Each record, exactly as written, should be printed again.

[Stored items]
---+---

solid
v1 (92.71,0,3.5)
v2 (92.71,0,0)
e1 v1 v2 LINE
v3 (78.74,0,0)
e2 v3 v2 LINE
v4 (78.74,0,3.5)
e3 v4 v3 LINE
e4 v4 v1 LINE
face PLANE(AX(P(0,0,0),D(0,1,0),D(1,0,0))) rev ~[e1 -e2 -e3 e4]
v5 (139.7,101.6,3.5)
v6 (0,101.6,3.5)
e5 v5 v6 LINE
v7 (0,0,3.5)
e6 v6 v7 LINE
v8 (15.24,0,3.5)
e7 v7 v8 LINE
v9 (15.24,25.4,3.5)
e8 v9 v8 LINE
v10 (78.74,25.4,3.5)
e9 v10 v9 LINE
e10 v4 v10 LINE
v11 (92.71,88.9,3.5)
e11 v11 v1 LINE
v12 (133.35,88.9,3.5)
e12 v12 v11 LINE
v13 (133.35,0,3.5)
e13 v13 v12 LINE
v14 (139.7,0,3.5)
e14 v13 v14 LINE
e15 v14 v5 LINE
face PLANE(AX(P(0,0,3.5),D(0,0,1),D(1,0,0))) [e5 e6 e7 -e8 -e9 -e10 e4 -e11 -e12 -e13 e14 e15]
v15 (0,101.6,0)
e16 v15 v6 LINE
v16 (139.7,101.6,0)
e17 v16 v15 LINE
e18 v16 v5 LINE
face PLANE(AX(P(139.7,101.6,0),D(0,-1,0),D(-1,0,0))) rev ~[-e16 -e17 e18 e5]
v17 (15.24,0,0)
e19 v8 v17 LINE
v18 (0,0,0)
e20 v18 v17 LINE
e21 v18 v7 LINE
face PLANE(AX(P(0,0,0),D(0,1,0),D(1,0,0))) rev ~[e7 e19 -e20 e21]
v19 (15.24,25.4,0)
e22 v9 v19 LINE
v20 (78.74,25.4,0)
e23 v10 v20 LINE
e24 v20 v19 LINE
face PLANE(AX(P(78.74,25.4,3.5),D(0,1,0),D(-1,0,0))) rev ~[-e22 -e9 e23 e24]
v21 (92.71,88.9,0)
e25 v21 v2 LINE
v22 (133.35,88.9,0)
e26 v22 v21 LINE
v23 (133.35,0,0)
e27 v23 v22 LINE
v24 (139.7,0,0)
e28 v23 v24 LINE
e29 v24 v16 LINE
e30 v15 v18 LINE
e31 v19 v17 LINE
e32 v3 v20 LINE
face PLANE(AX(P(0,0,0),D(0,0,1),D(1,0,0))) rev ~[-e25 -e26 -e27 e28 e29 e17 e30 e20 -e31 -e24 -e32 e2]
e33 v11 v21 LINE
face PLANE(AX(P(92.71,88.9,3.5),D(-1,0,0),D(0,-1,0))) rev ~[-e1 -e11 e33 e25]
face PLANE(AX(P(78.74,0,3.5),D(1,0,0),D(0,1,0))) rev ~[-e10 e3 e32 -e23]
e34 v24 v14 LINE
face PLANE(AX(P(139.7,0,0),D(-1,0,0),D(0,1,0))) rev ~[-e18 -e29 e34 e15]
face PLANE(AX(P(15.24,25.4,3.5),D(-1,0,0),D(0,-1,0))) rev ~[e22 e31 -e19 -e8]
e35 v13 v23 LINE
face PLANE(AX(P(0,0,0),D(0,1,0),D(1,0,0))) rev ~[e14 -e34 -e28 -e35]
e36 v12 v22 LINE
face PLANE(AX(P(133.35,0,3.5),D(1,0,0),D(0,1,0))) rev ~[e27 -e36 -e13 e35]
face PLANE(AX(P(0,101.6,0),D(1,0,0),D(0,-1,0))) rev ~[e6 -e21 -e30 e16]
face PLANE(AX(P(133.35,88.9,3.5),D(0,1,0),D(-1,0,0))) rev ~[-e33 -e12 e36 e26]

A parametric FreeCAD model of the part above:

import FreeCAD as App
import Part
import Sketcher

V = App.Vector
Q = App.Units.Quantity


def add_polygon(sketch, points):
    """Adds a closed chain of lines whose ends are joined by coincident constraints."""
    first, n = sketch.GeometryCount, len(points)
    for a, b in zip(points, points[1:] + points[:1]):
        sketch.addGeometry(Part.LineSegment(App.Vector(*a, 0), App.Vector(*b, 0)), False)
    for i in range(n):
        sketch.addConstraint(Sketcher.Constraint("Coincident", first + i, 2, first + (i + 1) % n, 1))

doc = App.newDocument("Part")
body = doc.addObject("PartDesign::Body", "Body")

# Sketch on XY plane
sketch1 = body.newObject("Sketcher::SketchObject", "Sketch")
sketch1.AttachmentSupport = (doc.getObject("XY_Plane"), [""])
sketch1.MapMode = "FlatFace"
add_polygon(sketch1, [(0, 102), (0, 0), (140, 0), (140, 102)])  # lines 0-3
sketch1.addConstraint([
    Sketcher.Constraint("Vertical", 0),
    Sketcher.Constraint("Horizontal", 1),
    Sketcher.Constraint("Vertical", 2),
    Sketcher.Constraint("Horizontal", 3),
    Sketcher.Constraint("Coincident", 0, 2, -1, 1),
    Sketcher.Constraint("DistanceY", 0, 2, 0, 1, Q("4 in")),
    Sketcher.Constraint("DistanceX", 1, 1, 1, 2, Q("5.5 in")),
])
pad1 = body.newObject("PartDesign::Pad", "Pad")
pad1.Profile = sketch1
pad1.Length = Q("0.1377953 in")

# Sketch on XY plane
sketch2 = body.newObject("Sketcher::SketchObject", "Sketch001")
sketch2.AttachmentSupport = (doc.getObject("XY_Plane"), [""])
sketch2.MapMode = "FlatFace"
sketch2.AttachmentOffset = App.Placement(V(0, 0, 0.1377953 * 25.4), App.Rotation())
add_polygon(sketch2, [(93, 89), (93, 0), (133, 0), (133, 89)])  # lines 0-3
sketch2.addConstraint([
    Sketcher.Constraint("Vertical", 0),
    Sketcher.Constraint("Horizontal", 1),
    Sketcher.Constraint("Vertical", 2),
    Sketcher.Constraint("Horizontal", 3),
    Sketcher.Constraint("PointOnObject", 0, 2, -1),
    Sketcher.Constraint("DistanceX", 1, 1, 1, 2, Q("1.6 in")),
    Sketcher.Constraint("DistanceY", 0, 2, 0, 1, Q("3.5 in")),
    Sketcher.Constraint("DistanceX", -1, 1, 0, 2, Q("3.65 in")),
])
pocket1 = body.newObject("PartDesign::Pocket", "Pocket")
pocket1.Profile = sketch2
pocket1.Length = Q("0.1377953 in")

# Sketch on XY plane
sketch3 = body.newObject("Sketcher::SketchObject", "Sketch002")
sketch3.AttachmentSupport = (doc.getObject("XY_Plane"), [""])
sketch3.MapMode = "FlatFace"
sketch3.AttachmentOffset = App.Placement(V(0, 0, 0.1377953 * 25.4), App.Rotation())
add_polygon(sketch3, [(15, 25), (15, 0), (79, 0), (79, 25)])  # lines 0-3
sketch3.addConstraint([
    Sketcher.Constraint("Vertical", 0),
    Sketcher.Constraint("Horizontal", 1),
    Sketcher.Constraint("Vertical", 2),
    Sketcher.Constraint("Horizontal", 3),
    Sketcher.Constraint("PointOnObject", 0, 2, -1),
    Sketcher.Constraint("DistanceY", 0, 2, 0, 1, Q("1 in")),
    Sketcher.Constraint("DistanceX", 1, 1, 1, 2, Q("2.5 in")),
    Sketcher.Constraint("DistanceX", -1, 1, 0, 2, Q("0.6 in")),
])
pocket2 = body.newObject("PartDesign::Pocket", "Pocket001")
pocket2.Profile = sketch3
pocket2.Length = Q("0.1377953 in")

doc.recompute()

---+---

→ ANSWER TO THE EXERCISE
solid
v1 (92.71,0,3.5)
v2 (92.71,0,0)
e1 v1 v2 LINE
v3 (78.74,0,0)
e2 v3 v2 LINE
v4 (78.74,0,3.5)
e3 v4 v3 LINE
e4 v4 v1 LINE
face PLANE(AX(P(0,0,0),D(0,1,0),D(1,0,0))) rev ~[e1 -e2 -e3 e4]
v5 (139.7,101.6,3.5)
v6 (0,101.6,3.5)
e5 v5 v6 LINE
v7 (0,0,3.5)
e6 v6 v7 LINE
v8 (15.24,0,3.5)
e7 v7 v8 LINE
v9 (15.24,25.4,3.5)
e8 v9 v8 LINE
v10 (78.74,25.4,3.5)
e9 v10 v9 LINE
e10 v4 v10 LINE
v11 (92.71,88.9,3.5)
e11 v11 v1 LINE
v12 (133.35,88.9,3.5)
e12 v12 v11 LINE
v13 (133.35,0,3.5)
e13 v13 v12 LINE
v14 (139.7,0,3.5)
e14 v13 v14 LINE
e15 v14 v5 LINE
face PLANE(AX(P(0,0,3.5),D(0,0,1),D(1,0,0))) [e5 e6 e7 -e8 -e9 -e10 e4 -e11 -e12 -e13 e14 e15]
v15 (0,101.6,0)
e16 v15 v6 LINE
v16 (139.7,101.6,0)
e17 v16 v15 LINE
e18 v16 v5 LINE
face PLANE(AX(P(139.7,101.6,0),D(0,-1,0),D(-1,0,0))) rev ~[-e16 -e17 e18 e5]
v17 (15.24,0,0)
e19 v8 v17 LINE
v18 (0,0,0)
e20 v18 v17 LINE
e21 v18 v7 LINE
face PLANE(AX(P(0,0,0),D(0,1,0),D(1,0,0))) rev ~[e7 e19 -e20 e21]
v19 (15.24,25.4,0)
e22 v9 v19 LINE
v20 (78.74,25.4,0)
e23 v10 v20 LINE
e24 v20 v19 LINE
face PLANE(AX(P(78.74,25.4,3.5),D(0,1,0),D(-1,0,0))) rev ~[-e22 -e9 e23 e24]
v21 (92.71,88.9,0)
e25 v21 v2 LINE
v22 (133.35,88.9,0)
e26 v22 v21 LINE
v23 (133.35,0,0)
e27 v23 v22 LINE
v24 (139.7,0,0)
e28 v23 v24 LINE
e29 v24 v16 LINE
e30 v15 v18 LINE
e31 v19 v17 LINE
e32 v3 v20 LINE
face PLANE(AX(P(0,0,0),D(0,0,1),D(1,0,0))) rev ~[-e25 -e26 -e27 e28 e29 e17 e30 e20 -e31 -e24 -e32 e2]
e33 v11 v21 LINE
face PLANE(AX(P(92.71,88.9,3.5),D(-1,0,0),D(0,-1,0))) rev ~[-e1 -e11 e33 e25]
face PLANE(AX(P(78.74,0,3.5),D(1,0,0),D(0,1,0))) rev ~[-e10 e3 e32 -e23]
e34 v24 v14 LINE
face PLANE(AX(P(139.7,0,0),D(-1,0,0),D(0,1,0))) rev ~[-e18 -e29 e34 e15]
face PLANE(AX(P(15.24,25.4,3.5),D(-1,0,0),D(0,-1,0))) rev ~[e22 e31 -e19 -e8]
e35 v13 v23 LINE
face PLANE(AX(P(0,0,0),D(0,1,0),D(1,0,0))) rev ~[e14 -e34 -e28 -e35]
e36 v12 v22 LINE
face PLANE(AX(P(133.35,0,3.5),D(1,0,0),D(0,1,0))) rev ~[e27 -e36 -e13 e35]
face PLANE(AX(P(0,101.6,0),D(1,0,0),D(0,-1,0))) rev ~[e6 -e21 -e30 e16]
face PLANE(AX(P(133.35,88.9,3.5),D(0,1,0),D(-1,0,0))) rev ~[-e33 -e12 e36 e26]

A parametric FreeCAD model of the part above:

import FreeCAD as App
import Part
import Sketcher

V = App.Vector
Q = App.Units.Quantity


def add_polygon(sketch, points):
    """Adds a closed chain of lines whose ends are joined by coincident constraints."""
    first, n = sketch.GeometryCount, len(points)
    for a, b in zip(points, points[1:] + points[:1]):
        sketch.addGeometry(Part.LineSegment(App.Vector(*a, 0), App.Vector(*b, 0)), False)
    for i in range(n):
        sketch.addConstraint(Sketcher.Constraint("Coincident", first + i, 2, first + (i + 1) % n, 1))

doc = App.newDocument("Part")
body = doc.addObject("PartDesign::Body", "Body")

# Sketch on XY plane
sketch1 = body.newObject("Sketcher::SketchObject", "Sketch")
sketch1.AttachmentSupport = (doc.getObject("XY_Plane"), [""])
sketch1.MapMode = "FlatFace"
add_polygon(sketch1, [(0, 102), (0, 0), (140, 0), (140, 102)])  # lines 0-3
sketch1.addConstraint([
    Sketcher.Constraint("Vertical", 0),
    Sketcher.Constraint("Horizontal", 1),
    Sketcher.Constraint("Vertical", 2),
    Sketcher.Constraint("Horizontal", 3),
    Sketcher.Constraint("Coincident", 0, 2, -1, 1),
    Sketcher.Constraint("DistanceY", 0, 2, 0, 1, Q("4 in")),
    Sketcher.Constraint("DistanceX", 1, 1, 1, 2, Q("5.5 in")),
])
pad1 = body.newObject("PartDesign::Pad", "Pad")
pad1.Profile = sketch1
pad1.Length = Q("0.1377953 in")

# Sketch on XY plane
sketch2 = body.newObject("Sketcher::SketchObject", "Sketch001")
sketch2.AttachmentSupport = (doc.getObject("XY_Plane"), [""])
sketch2.MapMode = "FlatFace"
sketch2.AttachmentOffset = App.Placement(V(0, 0, 0.1377953 * 25.4), App.Rotation())
add_polygon(sketch2, [(93, 89), (93, 0), (133, 0), (133, 89)])  # lines 0-3
sketch2.addConstraint([
    Sketcher.Constraint("Vertical", 0),
    Sketcher.Constraint("Horizontal", 1),
    Sketcher.Constraint("Vertical", 2),
    Sketcher.Constraint("Horizontal", 3),
    Sketcher.Constraint("PointOnObject", 0, 2, -1),
    Sketcher.Constraint("DistanceX", 1, 1, 1, 2, Q("1.6 in")),
    Sketcher.Constraint("DistanceY", 0, 2, 0, 1, Q("3.5 in")),
    Sketcher.Constraint("DistanceX", -1, 1, 0, 2, Q("3.65 in")),
])
pocket1 = body.newObject("PartDesign::Pocket", "Pocket")
pocket1.Profile = sketch2
pocket1.Length = Q("0.1377953 in")

# Sketch on XY plane
sketch3 = body.newObject("Sketcher::SketchObject", "Sketch002")
sketch3.AttachmentSupport = (doc.getObject("XY_Plane"), [""])
sketch3.MapMode = "FlatFace"
sketch3.AttachmentOffset = App.Placement(V(0, 0, 0.1377953 * 25.4), App.Rotation())
add_polygon(sketch3, [(15, 25), (15, 0), (79, 0), (79, 25)])  # lines 0-3
sketch3.addConstraint([
    Sketcher.Constraint("Vertical", 0),
    Sketcher.Constraint("Horizontal", 1),
    Sketcher.Constraint("Vertical", 2),
    Sketcher.Constraint("Horizontal", 3),
    Sketcher.Constraint("PointOnObject", 0, 2, -1),
    Sketcher.Constraint("DistanceY", 0, 2, 0, 1, Q("1 in")),
    Sketcher.Constraint("DistanceX", 1, 1, 1, 2, Q("2.5 in")),
    Sketcher.Constraint("DistanceX", -1, 1, 0, 2, Q("0.6 in")),
])
pocket2 = body.newObject("PartDesign::Pocket", "Pocket001")
pocket2.Profile = sketch3
pocket2.Length = Q("0.1377953 in")

doc.recompute()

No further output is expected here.